• [REQUIREMENT] Give again, word for word, every line in the entries below from the line with "f 16 15 160" up to and including the line with "f 120 85 175", and no other line.

===== WORKING DATA =====

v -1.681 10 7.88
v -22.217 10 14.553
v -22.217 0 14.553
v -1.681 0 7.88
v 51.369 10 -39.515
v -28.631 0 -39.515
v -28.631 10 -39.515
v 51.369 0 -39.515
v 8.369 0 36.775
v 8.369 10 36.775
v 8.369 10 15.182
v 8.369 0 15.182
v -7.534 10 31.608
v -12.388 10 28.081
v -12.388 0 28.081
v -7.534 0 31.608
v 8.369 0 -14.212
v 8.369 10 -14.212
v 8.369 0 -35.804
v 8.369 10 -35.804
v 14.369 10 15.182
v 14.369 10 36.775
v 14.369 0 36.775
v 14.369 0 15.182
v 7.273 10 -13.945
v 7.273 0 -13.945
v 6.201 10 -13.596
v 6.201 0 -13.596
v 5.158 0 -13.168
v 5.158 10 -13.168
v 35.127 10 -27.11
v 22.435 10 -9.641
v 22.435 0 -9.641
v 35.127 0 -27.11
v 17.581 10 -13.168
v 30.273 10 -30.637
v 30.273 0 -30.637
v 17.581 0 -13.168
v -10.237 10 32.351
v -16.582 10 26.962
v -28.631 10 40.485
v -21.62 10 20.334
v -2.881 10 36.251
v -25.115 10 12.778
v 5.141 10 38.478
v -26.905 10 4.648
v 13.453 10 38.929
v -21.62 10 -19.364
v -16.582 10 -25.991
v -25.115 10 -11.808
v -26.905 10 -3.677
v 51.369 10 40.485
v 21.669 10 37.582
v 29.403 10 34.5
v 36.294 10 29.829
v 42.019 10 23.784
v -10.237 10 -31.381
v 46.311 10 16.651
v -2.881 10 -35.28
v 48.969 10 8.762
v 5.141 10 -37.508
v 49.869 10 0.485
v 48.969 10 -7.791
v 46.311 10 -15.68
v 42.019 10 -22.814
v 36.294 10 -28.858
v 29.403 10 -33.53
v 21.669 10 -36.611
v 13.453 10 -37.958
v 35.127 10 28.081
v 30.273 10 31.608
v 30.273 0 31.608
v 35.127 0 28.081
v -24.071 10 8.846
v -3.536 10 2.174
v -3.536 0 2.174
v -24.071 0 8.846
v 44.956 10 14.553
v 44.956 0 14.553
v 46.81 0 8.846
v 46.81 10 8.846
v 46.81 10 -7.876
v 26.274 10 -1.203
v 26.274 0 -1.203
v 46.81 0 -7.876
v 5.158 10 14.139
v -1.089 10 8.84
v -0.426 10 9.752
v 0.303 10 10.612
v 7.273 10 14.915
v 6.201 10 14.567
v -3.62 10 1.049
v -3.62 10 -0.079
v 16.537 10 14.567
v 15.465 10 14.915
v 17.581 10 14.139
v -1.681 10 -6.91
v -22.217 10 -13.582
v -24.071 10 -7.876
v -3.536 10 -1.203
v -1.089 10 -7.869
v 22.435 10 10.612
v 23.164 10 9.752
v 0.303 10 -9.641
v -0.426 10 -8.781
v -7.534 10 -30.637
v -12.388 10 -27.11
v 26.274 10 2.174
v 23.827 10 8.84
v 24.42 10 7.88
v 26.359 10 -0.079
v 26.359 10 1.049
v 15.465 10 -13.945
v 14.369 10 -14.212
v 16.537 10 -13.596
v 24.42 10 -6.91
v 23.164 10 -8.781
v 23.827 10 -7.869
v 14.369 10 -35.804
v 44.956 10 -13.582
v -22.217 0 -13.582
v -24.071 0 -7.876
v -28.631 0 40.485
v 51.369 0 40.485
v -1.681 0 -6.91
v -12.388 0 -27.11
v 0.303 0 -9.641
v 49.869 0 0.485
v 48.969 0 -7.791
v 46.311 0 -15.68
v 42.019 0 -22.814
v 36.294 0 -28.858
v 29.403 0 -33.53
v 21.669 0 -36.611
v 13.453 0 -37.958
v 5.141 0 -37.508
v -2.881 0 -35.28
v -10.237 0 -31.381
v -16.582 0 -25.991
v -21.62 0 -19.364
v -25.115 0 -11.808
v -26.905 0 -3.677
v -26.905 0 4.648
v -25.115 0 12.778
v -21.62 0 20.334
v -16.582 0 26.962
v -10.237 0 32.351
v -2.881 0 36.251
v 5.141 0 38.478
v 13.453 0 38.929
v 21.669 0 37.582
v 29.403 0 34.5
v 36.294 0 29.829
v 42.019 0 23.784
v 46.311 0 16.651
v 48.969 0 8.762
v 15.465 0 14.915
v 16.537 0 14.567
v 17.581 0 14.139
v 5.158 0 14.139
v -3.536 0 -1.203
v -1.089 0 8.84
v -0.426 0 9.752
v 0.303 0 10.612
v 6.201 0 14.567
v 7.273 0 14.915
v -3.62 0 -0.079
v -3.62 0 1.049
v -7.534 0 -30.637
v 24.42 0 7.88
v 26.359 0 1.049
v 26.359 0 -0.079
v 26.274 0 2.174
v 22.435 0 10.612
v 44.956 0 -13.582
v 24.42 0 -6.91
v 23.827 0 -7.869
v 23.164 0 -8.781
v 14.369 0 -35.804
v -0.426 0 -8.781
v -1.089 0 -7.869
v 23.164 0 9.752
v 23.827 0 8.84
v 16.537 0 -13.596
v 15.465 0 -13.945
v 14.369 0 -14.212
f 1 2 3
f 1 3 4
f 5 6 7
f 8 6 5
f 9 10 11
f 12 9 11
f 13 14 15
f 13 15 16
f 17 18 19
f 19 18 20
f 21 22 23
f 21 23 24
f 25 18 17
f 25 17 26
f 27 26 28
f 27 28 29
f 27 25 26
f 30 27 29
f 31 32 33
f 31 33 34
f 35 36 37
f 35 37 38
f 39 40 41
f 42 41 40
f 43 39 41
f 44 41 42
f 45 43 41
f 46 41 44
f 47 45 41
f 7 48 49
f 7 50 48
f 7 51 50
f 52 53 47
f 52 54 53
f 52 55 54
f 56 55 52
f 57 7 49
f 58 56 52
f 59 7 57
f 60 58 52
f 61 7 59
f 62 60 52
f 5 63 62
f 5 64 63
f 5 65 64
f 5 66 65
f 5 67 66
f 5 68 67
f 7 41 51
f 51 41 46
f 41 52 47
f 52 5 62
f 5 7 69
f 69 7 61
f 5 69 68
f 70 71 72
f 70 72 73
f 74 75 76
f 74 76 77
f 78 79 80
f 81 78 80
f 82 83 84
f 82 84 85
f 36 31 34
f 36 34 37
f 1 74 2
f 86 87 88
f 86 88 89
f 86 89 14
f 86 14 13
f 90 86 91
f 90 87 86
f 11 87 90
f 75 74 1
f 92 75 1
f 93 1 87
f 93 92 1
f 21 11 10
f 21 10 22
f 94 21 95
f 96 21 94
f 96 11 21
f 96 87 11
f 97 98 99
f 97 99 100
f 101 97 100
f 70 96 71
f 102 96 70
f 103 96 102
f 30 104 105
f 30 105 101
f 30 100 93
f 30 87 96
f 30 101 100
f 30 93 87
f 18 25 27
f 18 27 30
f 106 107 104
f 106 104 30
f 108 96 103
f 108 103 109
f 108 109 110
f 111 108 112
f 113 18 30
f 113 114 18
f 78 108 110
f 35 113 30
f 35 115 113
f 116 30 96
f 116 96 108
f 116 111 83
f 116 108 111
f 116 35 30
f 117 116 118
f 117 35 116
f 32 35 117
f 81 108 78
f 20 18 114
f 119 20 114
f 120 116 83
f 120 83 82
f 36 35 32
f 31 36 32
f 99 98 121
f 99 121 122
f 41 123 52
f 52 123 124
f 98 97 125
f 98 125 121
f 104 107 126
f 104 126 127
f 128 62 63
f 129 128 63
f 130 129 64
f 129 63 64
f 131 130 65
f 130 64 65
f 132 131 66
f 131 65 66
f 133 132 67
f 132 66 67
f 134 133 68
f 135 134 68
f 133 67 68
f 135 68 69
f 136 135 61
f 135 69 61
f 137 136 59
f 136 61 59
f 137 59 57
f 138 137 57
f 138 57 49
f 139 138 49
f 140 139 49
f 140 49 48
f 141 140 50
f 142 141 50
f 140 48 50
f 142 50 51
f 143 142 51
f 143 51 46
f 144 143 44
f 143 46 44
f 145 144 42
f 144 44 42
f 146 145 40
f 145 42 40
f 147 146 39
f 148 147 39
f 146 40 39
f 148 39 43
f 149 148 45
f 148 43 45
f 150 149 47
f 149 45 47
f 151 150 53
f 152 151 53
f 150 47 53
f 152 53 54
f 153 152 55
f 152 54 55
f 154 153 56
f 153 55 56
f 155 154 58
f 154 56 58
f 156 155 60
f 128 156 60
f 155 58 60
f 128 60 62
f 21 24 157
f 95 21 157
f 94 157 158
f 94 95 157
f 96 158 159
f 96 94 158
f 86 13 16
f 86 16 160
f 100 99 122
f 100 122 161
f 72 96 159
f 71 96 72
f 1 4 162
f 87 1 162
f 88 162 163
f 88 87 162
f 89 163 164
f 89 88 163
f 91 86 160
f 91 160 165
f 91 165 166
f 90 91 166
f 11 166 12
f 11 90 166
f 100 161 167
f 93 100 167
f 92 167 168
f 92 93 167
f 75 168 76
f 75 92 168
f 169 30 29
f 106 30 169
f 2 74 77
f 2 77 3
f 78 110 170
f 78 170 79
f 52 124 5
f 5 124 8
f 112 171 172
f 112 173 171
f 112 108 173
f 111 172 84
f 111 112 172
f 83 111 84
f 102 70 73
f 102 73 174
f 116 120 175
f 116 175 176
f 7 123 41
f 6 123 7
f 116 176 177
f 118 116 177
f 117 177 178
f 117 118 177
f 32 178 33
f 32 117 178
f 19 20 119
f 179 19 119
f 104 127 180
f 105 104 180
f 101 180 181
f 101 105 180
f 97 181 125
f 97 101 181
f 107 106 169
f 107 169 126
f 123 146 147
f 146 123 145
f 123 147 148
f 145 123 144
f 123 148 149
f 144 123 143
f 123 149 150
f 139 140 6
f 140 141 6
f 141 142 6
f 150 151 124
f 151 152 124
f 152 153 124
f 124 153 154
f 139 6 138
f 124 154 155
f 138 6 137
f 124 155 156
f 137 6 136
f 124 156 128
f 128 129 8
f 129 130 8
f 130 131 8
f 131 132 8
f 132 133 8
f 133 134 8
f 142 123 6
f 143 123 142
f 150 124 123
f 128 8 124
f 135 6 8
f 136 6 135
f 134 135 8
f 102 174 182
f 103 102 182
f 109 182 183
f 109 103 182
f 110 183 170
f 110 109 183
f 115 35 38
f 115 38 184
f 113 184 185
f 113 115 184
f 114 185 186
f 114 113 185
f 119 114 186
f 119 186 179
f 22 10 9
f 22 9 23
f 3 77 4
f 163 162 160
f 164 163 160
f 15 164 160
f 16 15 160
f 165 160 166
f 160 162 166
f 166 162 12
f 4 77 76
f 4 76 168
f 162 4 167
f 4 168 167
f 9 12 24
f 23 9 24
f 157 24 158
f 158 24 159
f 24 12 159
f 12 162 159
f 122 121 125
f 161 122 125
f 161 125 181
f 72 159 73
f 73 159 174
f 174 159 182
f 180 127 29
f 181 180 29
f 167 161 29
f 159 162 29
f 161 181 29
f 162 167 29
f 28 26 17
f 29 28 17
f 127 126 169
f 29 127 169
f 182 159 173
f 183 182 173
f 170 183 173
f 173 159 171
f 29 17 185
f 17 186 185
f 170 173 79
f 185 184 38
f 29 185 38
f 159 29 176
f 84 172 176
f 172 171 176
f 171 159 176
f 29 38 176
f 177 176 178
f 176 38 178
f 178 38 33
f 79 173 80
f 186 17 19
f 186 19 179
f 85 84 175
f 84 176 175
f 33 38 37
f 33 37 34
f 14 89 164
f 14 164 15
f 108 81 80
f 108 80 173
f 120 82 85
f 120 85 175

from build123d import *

# Parameters (mm, degrees)
SKETCH1_W           = 80
SKETCH1_H           = 80
BOSS_EXTRUDE1_DEPTH = 10
SKETCH2_R           = 38.5
SKETCH2_R_2         = 15
CUT_EXTRUDE1_DEPTH  = 10
SKETCH3_W           = 6
SKETCH3_H           = 26.941084331
BOSS_EXTRUDE2_DEPTH = 10


with BuildPart() as part:
    # Sketch1 → Boss-Extrude1 (new body)
    with BuildSketch(Plane(origin=(0, 0, 0), x_dir=(1, 0, 0), z_dir=(0, 1, 0))):
        with Locations((11.36915078, -0.485268631)):
            Rectangle(SKETCH1_W, SKETCH1_H)
    extrude(amount=BOSS_EXTRUDE1_DEPTH)

    # Sketch2 → Cut-Extrude1 (cut)
    with BuildSketch(Plane(origin=(0, 10, 0), x_dir=(1, 0, 0), z_dir=(0, 1, 0))):
        with Locations((11.36915078, -0.485268631)):
            Circle(SKETCH2_R)
        with Locations((11.36915078, -0.485268631)):
            Circle(SKETCH2_R_2, mode=Mode.SUBTRACT)
    extrude(amount=-CUT_EXTRUDE1_DEPTH, mode=Mode.SUBTRACT)

    # Sketch3 → Boss-Extrude2 (add)
    with BuildSketch(Plane(origin=(0, 10, 0), x_dir=(1, 0, 0), z_dir=(0, 1, 0))):
        Polygon((-12.38846571, 27.11038033), (3.447106341, 5.314585258), (8.301208307, 8.841296772), (-7.534363744, 30.637091843), align=None)
        with Locations((11.36915078, 22.333914785)):
            Rectangle(SKETCH3_W, SKETCH3_H)
        Polygon((-24.071480193, 7.875703746), (1.551013617, -0.449549159), (3.405115583, 5.256789939), (-22.217378227, 13.582042844), align=None)
        Polygon((-22.217378227, -14.552580106), (3.405115583, -6.227327201), (1.551013617, -0.520988103), (-24.071480193, -8.846241008), align=None)
        Polygon((-7.534363744, -31.607629105), (8.301208307, -9.811834034), (3.447106341, -6.28512252), (-12.38846571, -28.080917591), align=None)
        with Locations((11.36915078, -23.304452047)):
            Rectangle(SKETCH3_W, SKETCH3_H)
        Polygon((35.12676727, -28.080917591), (19.291195219, -6.28512252), (14.437093253, -9.811834034), (30.272665304, -31.607629105), align=None)
        Polygon((46.809781753, -8.846241008), (21.187287943, -0.520988103), (19.333185977, -6.227327201), (44.955679786, -14.552580106), align=None)
        Polygon((44.955679786, 13.582042844), (19.333185977, 5.256789939), (21.187287943, -0.449549159), (46.809781753, 7.875703746), align=None)
        Polygon((30.272665304, 30.637091843), (14.437093253, 8.841296772), (19.291195219, 5.314585258), (35.12676727, 27.11038033), align=None)
    extrude(amount=-BOSS_EXTRUDE2_DEPTH)


solid = part.part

=====

• [WRITTEN RESPONSE]
f 16 15 160
f 165 160 166
f 160 162 166
f 166 162 12
f 4 77 76
f 4 76 168
f 162 4 167
f 4 168 167
f 9 12 24
f 23 9 24
f 157 24 158
f 158 24 159
f 24 12 159
f 12 162 159
f 122 121 125
f 161 122 125
f 161 125 181
f 72 159 73
f 73 159 174
f 174 159 182
f 180 127 29
f 181 180 29
f 167 161 29
f 159 162 29
f 161 181 29
f 162 167 29
f 28 26 17
f 29 28 17
f 127 126 169
f 29 127 169
f 182 159 173
f 183 182 173
f 170 183 173
f 173 159 171
f 29 17 185
f 17 186 185
f 170 173 79
f 185 184 38
f 29 185 38
f 159 29 176
f 84 172 176
f 172 171 176
f 171 159 176
f 29 38 176
f 177 176 178
f 176 38 178
f 178 38 33
f 79 173 80
f 186 17 19
f 186 19 179
f 85 84 175
f 84 176 175
f 33 38 37
f 33 37 34
f 14 89 164
f 14 164 15
f 108 81 80
f 108 80 173
f 120 82 85
f 120 85 175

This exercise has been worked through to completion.